# Burrs, Burrs, Burrs



## suzyfrtz (Nov 12, 2007)

Since this is Coffee Shop, I wish I could sit down with you all and have coffee or tea or whatever your choice. My morning hasn't been all that great. First, I didn't sleep well last night because I had heard some not-so-good family news. Then DH was working on a tug job all night and was supposed to be home at 5 a.m. He wasn't home at 10 and didn't answer his cell phone so I got a bit concerned. Finally DS got in touch with him and they were tied up at the seawall waiting for the bridgetender to come open the bridge to let them in the harbor. I didn't go to church, and it was raining. Now what would cheer me up? There is a nice nature trail, about a mile in length, near us, and the path is graveled to keep little paws out of the mud, so when the rain let up, off we went. A nice walk with my two, and then I looked down and BURRS! Cazzie was completely covered in BURRS! His little eyes were shut because of burrs on his face. His beard, his mustache, his little feet, his belly...thankfully Chelsie, being a lady, did not get into so much trouble. So, here I am, sitting at my computer, after combing combing combing...Hope the rest of my day goes better and I wish you all a happy Sunday afternoon as well!  Suzy


----------



## Scooter's Family (May 23, 2008)

Oh Suzy, so sorry you're having a yucky day! We have sunny weather which is normally great but not right now since our AC is out upstairs. We've been sleeping downstairs in the guest room until the repairman comes on Monday. Our day doesn't compare to yours though!

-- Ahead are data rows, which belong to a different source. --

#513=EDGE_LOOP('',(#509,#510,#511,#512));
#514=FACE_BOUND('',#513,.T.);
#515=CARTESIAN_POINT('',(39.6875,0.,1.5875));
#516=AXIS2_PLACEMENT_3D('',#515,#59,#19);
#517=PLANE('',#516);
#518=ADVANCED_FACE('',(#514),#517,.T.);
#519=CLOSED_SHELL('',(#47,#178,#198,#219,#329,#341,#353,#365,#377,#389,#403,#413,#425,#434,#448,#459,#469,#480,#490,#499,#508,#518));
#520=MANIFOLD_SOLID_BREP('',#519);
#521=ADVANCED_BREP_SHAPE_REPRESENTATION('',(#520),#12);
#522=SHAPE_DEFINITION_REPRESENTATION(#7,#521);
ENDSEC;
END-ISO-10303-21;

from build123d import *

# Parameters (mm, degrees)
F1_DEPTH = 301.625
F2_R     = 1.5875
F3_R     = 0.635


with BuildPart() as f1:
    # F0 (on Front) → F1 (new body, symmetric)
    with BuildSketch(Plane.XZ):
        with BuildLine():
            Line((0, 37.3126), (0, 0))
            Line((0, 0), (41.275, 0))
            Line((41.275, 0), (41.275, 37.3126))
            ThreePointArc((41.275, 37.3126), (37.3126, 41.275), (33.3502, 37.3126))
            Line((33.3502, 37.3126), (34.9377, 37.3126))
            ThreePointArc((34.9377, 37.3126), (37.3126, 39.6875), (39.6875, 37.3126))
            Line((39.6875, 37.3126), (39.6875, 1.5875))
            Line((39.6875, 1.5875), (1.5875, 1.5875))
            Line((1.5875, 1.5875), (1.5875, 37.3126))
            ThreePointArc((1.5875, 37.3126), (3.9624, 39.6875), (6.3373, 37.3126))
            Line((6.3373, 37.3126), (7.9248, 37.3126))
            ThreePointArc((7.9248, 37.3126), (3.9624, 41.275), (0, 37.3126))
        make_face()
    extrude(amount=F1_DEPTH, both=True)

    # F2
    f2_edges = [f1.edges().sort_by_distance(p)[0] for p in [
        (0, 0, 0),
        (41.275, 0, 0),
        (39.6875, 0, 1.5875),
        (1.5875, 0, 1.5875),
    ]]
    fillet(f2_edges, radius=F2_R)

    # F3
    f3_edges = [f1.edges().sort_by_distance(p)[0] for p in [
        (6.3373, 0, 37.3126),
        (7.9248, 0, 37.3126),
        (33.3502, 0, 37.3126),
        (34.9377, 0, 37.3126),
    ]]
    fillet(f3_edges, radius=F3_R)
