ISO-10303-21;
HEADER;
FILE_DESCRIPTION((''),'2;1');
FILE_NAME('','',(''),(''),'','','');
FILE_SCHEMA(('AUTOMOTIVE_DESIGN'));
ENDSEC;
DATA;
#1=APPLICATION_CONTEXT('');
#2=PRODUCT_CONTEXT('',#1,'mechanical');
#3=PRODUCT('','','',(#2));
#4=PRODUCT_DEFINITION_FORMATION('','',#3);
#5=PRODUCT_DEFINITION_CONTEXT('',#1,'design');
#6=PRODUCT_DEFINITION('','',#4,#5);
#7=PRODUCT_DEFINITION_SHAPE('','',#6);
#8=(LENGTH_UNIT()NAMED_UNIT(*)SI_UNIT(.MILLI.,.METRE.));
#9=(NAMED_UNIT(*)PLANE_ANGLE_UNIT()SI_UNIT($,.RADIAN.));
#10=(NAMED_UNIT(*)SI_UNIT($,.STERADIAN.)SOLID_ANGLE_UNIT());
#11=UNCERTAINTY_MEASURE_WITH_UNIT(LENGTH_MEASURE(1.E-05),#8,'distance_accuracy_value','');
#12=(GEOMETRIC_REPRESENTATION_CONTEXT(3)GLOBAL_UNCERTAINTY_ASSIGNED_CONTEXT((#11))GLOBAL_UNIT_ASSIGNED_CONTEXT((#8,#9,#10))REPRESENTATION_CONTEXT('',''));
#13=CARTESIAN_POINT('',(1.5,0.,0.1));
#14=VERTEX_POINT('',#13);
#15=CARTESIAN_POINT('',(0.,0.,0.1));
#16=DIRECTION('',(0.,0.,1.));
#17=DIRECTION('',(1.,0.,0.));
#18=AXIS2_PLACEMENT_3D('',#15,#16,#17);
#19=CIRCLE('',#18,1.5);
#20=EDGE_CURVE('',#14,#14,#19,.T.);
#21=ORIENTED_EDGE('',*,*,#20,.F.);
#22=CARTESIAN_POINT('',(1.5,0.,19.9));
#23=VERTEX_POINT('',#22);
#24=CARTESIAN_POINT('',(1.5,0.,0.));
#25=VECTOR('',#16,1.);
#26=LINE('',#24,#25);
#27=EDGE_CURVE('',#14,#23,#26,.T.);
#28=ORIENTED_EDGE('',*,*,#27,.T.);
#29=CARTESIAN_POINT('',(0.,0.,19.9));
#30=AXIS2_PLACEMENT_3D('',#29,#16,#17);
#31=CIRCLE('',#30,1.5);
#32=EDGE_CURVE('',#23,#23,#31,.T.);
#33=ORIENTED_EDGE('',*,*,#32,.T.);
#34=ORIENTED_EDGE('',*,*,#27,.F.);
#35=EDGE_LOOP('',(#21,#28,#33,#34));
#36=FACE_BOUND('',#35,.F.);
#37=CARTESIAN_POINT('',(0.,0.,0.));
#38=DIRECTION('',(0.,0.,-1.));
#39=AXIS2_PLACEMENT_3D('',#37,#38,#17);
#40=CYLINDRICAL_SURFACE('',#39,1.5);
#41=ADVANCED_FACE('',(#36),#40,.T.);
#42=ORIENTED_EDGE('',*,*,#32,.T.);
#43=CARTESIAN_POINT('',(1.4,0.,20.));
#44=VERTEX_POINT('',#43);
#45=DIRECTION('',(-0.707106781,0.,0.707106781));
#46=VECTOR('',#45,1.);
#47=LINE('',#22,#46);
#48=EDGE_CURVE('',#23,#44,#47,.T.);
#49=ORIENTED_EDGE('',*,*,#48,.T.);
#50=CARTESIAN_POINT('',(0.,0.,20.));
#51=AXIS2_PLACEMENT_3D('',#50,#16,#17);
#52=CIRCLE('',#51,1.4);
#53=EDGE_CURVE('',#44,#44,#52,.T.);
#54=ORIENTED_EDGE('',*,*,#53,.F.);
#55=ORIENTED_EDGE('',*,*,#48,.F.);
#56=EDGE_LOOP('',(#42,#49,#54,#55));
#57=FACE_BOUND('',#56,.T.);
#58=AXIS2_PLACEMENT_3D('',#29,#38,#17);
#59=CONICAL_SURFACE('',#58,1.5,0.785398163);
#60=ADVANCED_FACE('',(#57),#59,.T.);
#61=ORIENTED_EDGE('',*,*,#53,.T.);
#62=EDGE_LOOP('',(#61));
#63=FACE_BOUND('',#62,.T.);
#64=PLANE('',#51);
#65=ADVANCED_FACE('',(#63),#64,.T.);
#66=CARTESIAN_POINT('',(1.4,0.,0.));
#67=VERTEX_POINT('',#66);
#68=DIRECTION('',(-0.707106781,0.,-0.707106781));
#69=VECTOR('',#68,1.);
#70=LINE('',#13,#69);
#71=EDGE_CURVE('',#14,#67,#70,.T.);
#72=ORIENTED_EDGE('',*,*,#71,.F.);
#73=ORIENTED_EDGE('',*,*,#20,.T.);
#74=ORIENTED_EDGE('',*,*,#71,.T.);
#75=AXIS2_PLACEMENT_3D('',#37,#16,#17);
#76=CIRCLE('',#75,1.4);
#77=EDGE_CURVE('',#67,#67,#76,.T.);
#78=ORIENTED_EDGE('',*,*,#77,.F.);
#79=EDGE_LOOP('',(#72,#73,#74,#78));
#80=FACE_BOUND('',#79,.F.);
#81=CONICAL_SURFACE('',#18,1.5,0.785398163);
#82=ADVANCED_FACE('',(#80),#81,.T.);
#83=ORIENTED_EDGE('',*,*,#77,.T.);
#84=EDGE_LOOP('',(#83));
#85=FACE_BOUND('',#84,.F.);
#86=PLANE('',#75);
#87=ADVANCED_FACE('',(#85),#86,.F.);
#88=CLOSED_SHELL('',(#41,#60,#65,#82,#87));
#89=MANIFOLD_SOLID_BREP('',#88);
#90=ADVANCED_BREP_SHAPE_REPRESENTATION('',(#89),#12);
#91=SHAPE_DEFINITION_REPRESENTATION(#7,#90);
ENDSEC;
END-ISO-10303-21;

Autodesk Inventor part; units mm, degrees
ref_plane "YZ Plane" through (0, 0, 0) normal (1, 0, 0) x (0, 1, 0)
ref_plane "XZ Plane" through (0, 0, 0) normal (0, 1, 0) x (-1, 0, 0)
ref_plane "XY Plane" through (0, 0, 0) normal (0, 0, 1) x (1, 0, 0)
sketch "Эскиз1" plane through (0, 0, 0) normal (0, 0, 1) x (1, 0, 0)
  circle A0 centre (0, 0) radius 1.5
  dimension "d0" = 3
extrude "Выдавливание1" add sketch "Эскиз1" along normal blind 20
chamfer "Фаска1" distance 0.1 angle 45 2 edges at (-1.5, 0, 20) (-1.5, 0, 0)
properties part number "шток шестерни"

I hope your DH gets home soon to you and your cuties, enjoy your coffee!:tea: Here's to a better day!


----------



## LuvCicero (Mar 31, 2008)

Suzy, I'm sorry and I do hate days like these where it is one thing after another. I know how you felt seeing all the burrs. There have been a couple of times when Cicero has got wet and rolled in wooded areas and I just wanted to cry because I really thought I would end up have to cut everything out. What I did was fill the sink with water...add about a third cup of conditioner and the trash all just pulled out. I've found this easier than trying to pick and brush it out. Hope you day...and week...goes better.


----------



## Jane (Jun 2, 2007)

Suzy, I feel your pain. And I really hope your day looks up! :hug:


----------



## isshinryu_mom (Mar 23, 2008)

{{hugs for you, Suzy!!}}

I hope all is ok and you are having a better day!


----------



## Leslie (Feb 28, 2007)

Sue~ Like Jane I can totally feel your pain. Yesterday, _*less than an hour after her bath*_, this is what Tori looked like :jaw: Those are Plumbago flower/seeds and are they ever sticky little son-of-a-guns!


----------



## Missy (Nov 6, 2006)

Oh Suzy!!! Hugs... I hope the rest of your day was better.


----------



## suzyfrtz (Nov 12, 2007)

Thanks everyone, yes, my day turned much brighter! DH slept all day, I worked on a computer project, and then we went out to dinner tonight. Dale, thanks for the conditioner tip. I didn't take a pic of Cazzie, he looked so horrible and pathetic with his eyes "burred" shut, I just hurried home and started combing. 
Suzy


----------



## juliav (Nov 21, 2006)

Suzy,

I am glad your day got better and I can so sympathize. Bugsy gets into burrs all the time. Aside from using conditioner what works like magic in getting the burrs out of his coat is slicker brush. He can be covered in burrs, but with a slicker they are all out in record time. Now I know slicker brush is bad for the Hava coat, but since he is not a show dog it is a none issue for us.


----------



## Jill in Mich (Feb 24, 2008)

Suzy, what a terrible start to the day. That must be very scary when your DH is out on the water & then you don't hear from him. Cody got into burrs like that one time - yuck! it took me forever to get them out. I'm glad your day improved!


----------



## Me&2Girls (May 11, 2007)

So glad that your day got better and all is right and well again.


----------



## havaluv (Oct 15, 2007)

Oh, I'm cringing reading about your husband being so late and not being able to reach him. That's when my mind starts coming up with all sorts of scary thoughts, it's just torture. I'm so glad the day got better. Poor Caz...he probably was not as upset about it as you, but still...ugh. Glad things improved. Sending big hugs! :hug:


----------



## ivyagogo (Sep 11, 2007)

Suzy, I went through that yesterday too. We went for a hike since it was so nice out. Gryff likes to play in the water on our hikes, so that's what he did. All kinds of stuff got stuck in his fur. Of course, he's wet and then the rest of the hike back to the car turns him into a giant ball of mud.

I'm glad your husband is okay.


----------